Se sabe que cualquier inflamación, traumatismo agudo, traumatismos de repetición, exposición al frío y otros factores estresantes musculares pueden desencadenar mecanismos patogénicos, los cuales dan origen a que la fascia, el músculo que contiene y en ocasiones otros tejidos conjuntivos flexibles y elásticos vecinos, pierdan su elasticidad. Con ello la fascia y el músculo se acortan y duelen, generando en una zona del mismo, una banda tensa en cuyo interior alberga un punto hiperirritable, el llamado "Punto Gatillo" (P.G.) o Trigger Point”.

Si la tensión inicial, generadora de: el acortamiento, el dolor y el espasmo, no se trata, y no se liberan (liberación miofascial) la fascia y los músculos portadores del P.G. activo, el cuadro se cronifica y el dolor referido es más insoportable, dando lugar a otros P.G. secundarios y satélites, que cada vez complican más el cuadro. Por otra parte, como consecuencia de la cronificación, el músculo se acorta más, se hace menos elástico, está más limitado y débil, duele más, generando una gran tensión local y regional, que es difícil de tratar.

Algunos autores han encontrado que se pueden encontrar P.G. (latentes) hasta en el 50% de la población sana adulta joven. A medida que aumenta la edad y disminuye la actividad física los P.G. latentes son más frecuentes. Tiene una mayor frecuencia entre los 30 y los 50 años, y en mujeres más que en hombres.

Es más frecuente en pacientes que realizan tareas que involucran de manera repetitiva los músculos del cuello, cintura escapular y miembros superiores y que además, por las características de su trabajo, deben adoptar posturas incorrectas, antifisiológicas y antifuncionales, para desarrollar más adecuadamente sus actividades laborales habituales: mecanógrafas, operadores de ordenador, estudiantes, deportistas, relojeros, modistas, etc.

El TRATAMIENTO del Dolor Miofascial podríamos dividirlo por etapas, dependiendo de algunos factores como el tiempo o la intensidad del dolor. Se ha comprobado que inicialmente el tratamiento debe ser la REHABILITACIÓN, aunque quizá sea la fisioterapia  la parte más crítica y difícil del tratamiento al centrarse sobre estructuras con movilidad dolorosa, por lo que deberemos iniciar una pauta de tratamiento farmacológico para facilitar su realización. La rehabilitación debe ser continua y el paciente deberá de realizar una tabla de ejercicios en su domicilio para garantizar el éxito.

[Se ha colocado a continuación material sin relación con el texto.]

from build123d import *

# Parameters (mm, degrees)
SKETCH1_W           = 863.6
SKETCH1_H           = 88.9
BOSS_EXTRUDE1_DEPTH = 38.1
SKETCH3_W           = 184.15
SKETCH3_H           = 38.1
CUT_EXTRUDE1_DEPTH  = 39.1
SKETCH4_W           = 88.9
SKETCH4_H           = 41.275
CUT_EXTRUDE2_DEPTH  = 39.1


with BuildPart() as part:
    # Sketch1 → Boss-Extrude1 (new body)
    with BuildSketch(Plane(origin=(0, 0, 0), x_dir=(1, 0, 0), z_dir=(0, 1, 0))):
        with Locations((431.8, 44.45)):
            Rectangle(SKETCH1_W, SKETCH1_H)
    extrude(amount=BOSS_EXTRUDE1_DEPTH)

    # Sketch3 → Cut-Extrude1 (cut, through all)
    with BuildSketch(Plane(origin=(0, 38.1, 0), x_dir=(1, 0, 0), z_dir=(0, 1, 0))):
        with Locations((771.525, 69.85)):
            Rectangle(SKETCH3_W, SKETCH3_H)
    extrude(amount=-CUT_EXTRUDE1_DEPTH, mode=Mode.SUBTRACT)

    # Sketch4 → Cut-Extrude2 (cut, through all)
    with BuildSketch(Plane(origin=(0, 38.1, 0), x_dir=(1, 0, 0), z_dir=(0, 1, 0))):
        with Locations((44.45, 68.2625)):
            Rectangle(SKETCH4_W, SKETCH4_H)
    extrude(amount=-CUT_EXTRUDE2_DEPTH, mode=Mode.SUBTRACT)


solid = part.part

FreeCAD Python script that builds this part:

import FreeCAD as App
import Part
import Sketcher
Q = App.Units.Quantity

doc = App.newDocument("Part")
body = doc.addObject("PartDesign::Body", "Body")

# Sketch on XZ plane
sketch1 = body.newObject("Sketcher::SketchObject", "Sketch")
sketch1.AttachmentSupport = (doc.getObject("XZ_Plane"), [""])
sketch1.MapMode = "FlatFace"
sketch1.addGeometry([
    Part.LineSegment(App.Vector(0, -89, 0), App.Vector(0, 0, 0)),
    Part.LineSegment(App.Vector(0, 0, 0), App.Vector(864, 0, 0)),
    Part.LineSegment(App.Vector(864, 0, 0), App.Vector(864, -89, 0)),
    Part.LineSegment(App.Vector(864, -89, 0), App.Vector(0, -89, 0)),
], False)
sketch1.addConstraint([
    Sketcher.Constraint("Coincident", 0, 2, 1, 1),
    Sketcher.Constraint("Coincident", 1, 2, 2, 1),
    Sketcher.Constraint("Coincident", 2, 2, 3, 1),
    Sketcher.Constraint("Coincident", 3, 2, 0, 1),
    Sketcher.Constraint("Vertical", 0),
    Sketcher.Constraint("Horizontal", 1),
    Sketcher.Constraint("Vertical", 2),
    Sketcher.Constraint("Horizontal", 3),
    Sketcher.Constraint("Coincident", 0, 2, -1, 1),
    Sketcher.Constraint("DistanceX", 1, 1, 1, 2, Q("34 in")),
    Sketcher.Constraint("DistanceY", 0, 1, 0, 2, Q("3.5 in")),
])
pad1 = body.newObject("PartDesign::Pad", "Pad")
pad1.Profile = sketch1
pad1.Length = Q("1.5 in")
pad1.Reversed = True

# Sketch on XZ plane
sketch2 = body.newObject("Sketcher::SketchObject", "Sketch001")
sketch2.AttachmentSupport = (doc.getObject("XZ_Plane"), [""])
sketch2.MapMode = "FlatFace"
sketch2.AttachmentOffset = App.Placement(App.Vector(0, 0, -1.5 * 25.4), App.Rotation())
sketch2.addGeometry([
    Part.LineSegment(App.Vector(679, -89, 0), App.Vector(679, -51, 0)),
    Part.LineSegment(App.Vector(679, -51, 0), App.Vector(864, -51, 0)),
    Part.LineSegment(App.Vector(864, -51, 0), App.Vector(864, -89, 0)),
    Part.LineSegment(App.Vector(864, -89, 0), App.Vector(679, -89, 0)),
], False)
sketch2.addConstraint([
    Sketcher.Constraint("Coincident", 0, 2, 1, 1),
    Sketcher.Constraint("Coincident", 1, 2, 2, 1),
    Sketcher.Constraint("Coincident", 2, 2, 3, 1),
    Sketcher.Constraint("Coincident", 3, 2, 0, 1),
    Sketcher.Constraint("Vertical", 0),
    Sketcher.Constraint("Horizontal", 1),
    Sketcher.Constraint("Vertical", 2),
    Sketcher.Constraint("Horizontal", 3),
    Sketcher.Constraint("DistanceY", 0, 1, 0, 2, Q("1.5 in")),
    Sketcher.Constraint("DistanceY", 0, 2, -1, 1, Q("2 in")),
    Sketcher.Constraint("DistanceX", -1, 1, 1, 2, Q("34 in")),
    Sketcher.Constraint("DistanceX", 1, 1, 1, 2, Q("7.25 in")),
])
pocket1 = body.newObject("PartDesign::Pocket", "Pocket")
pocket1.Profile = sketch2
pocket1.Type = "ThroughAll"
pocket1.Reversed = True

# Sketch on XZ plane
sketch3 = body.newObject("Sketcher::SketchObject", "Sketch002")
sketch3.AttachmentSupport = (doc.getObject("XZ_Plane"), [""])
sketch3.MapMode = "FlatFace"
sketch3.AttachmentOffset = App.Placement(App.Vector(0, 0, -1.5 * 25.4), App.Rotation())
sketch3.addGeometry([
    Part.LineSegment(App.Vector(0, -89, 0), App.Vector(0, -48, 0)),
    Part.LineSegment(App.Vector(0, -48, 0), App.Vector(89, -48, 0)),
    Part.LineSegment(App.Vector(89, -48, 0), App.Vector(89, -89, 0)),
    Part.LineSegment(App.Vector(89, -89, 0), App.Vector(0, -89, 0)),
], False)
sketch3.addConstraint([
    Sketcher.Constraint("Coincident", 0, 2, 1, 1),
    Sketcher.Constraint("Coincident", 1, 2, 2, 1),
    Sketcher.Constraint("Coincident", 2, 2, 3, 1),
    Sketcher.Constraint("Coincident", 3, 2, 0, 1),
    Sketcher.Constraint("Vertical", 0),
    Sketcher.Constraint("Horizontal", 1),
    Sketcher.Constraint("Vertical", 2),
    Sketcher.Constraint("Horizontal", 3),
    Sketcher.Constraint("PointOnObject", 0, 2, -2),
    Sketcher.Constraint("DistanceX", 1, 1, 1, 2, Q("3.5 in")),
    Sketcher.Constraint("DistanceY", 2, 2, -1, 1, Q("3.5 in")),
    Sketcher.Constraint("DistanceY", 0, 1, 0, 2, Q("1.625 in")),
])
pocket2 = body.newObject("PartDesign::Pocket", "Pocket001")
pocket2.Profile = sketch3
pocket2.Type = "ThroughAll"
pocket2.Reversed = True

doc.recompute()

Si con todo esto no obtenemos mejoría, tendremos que pasar a la realización de técnicas invasivas tales como la INFILTRACIÓN DE LOS PUNTOS GATILLO. La práctica de infiltraciones en zonas rebeldes recomendadas por el médico rehabilitador junto a ejercicios de estiramiento suelen dar muy buenos resultados, aunque desgraciadamente suele ser muy difícil la coordinación entre fisioterapeutas y los médicos rehabilitadores lo que genera una limitación en el tratamiento.

Existen diversas técnicas para la realización de las infiltraciones de los puntos gatillo, entre los que destacan, desde la punción seca (no fármaco), hasta la inyección de diversos anestésicos locales y toxina botulínica en los casos más rebeldes.

Como conclusión diremos que el Dolor Miofascial requiere un tratamiento multidisciplinar y un examen físico cuidadoso realizado por personal especializado.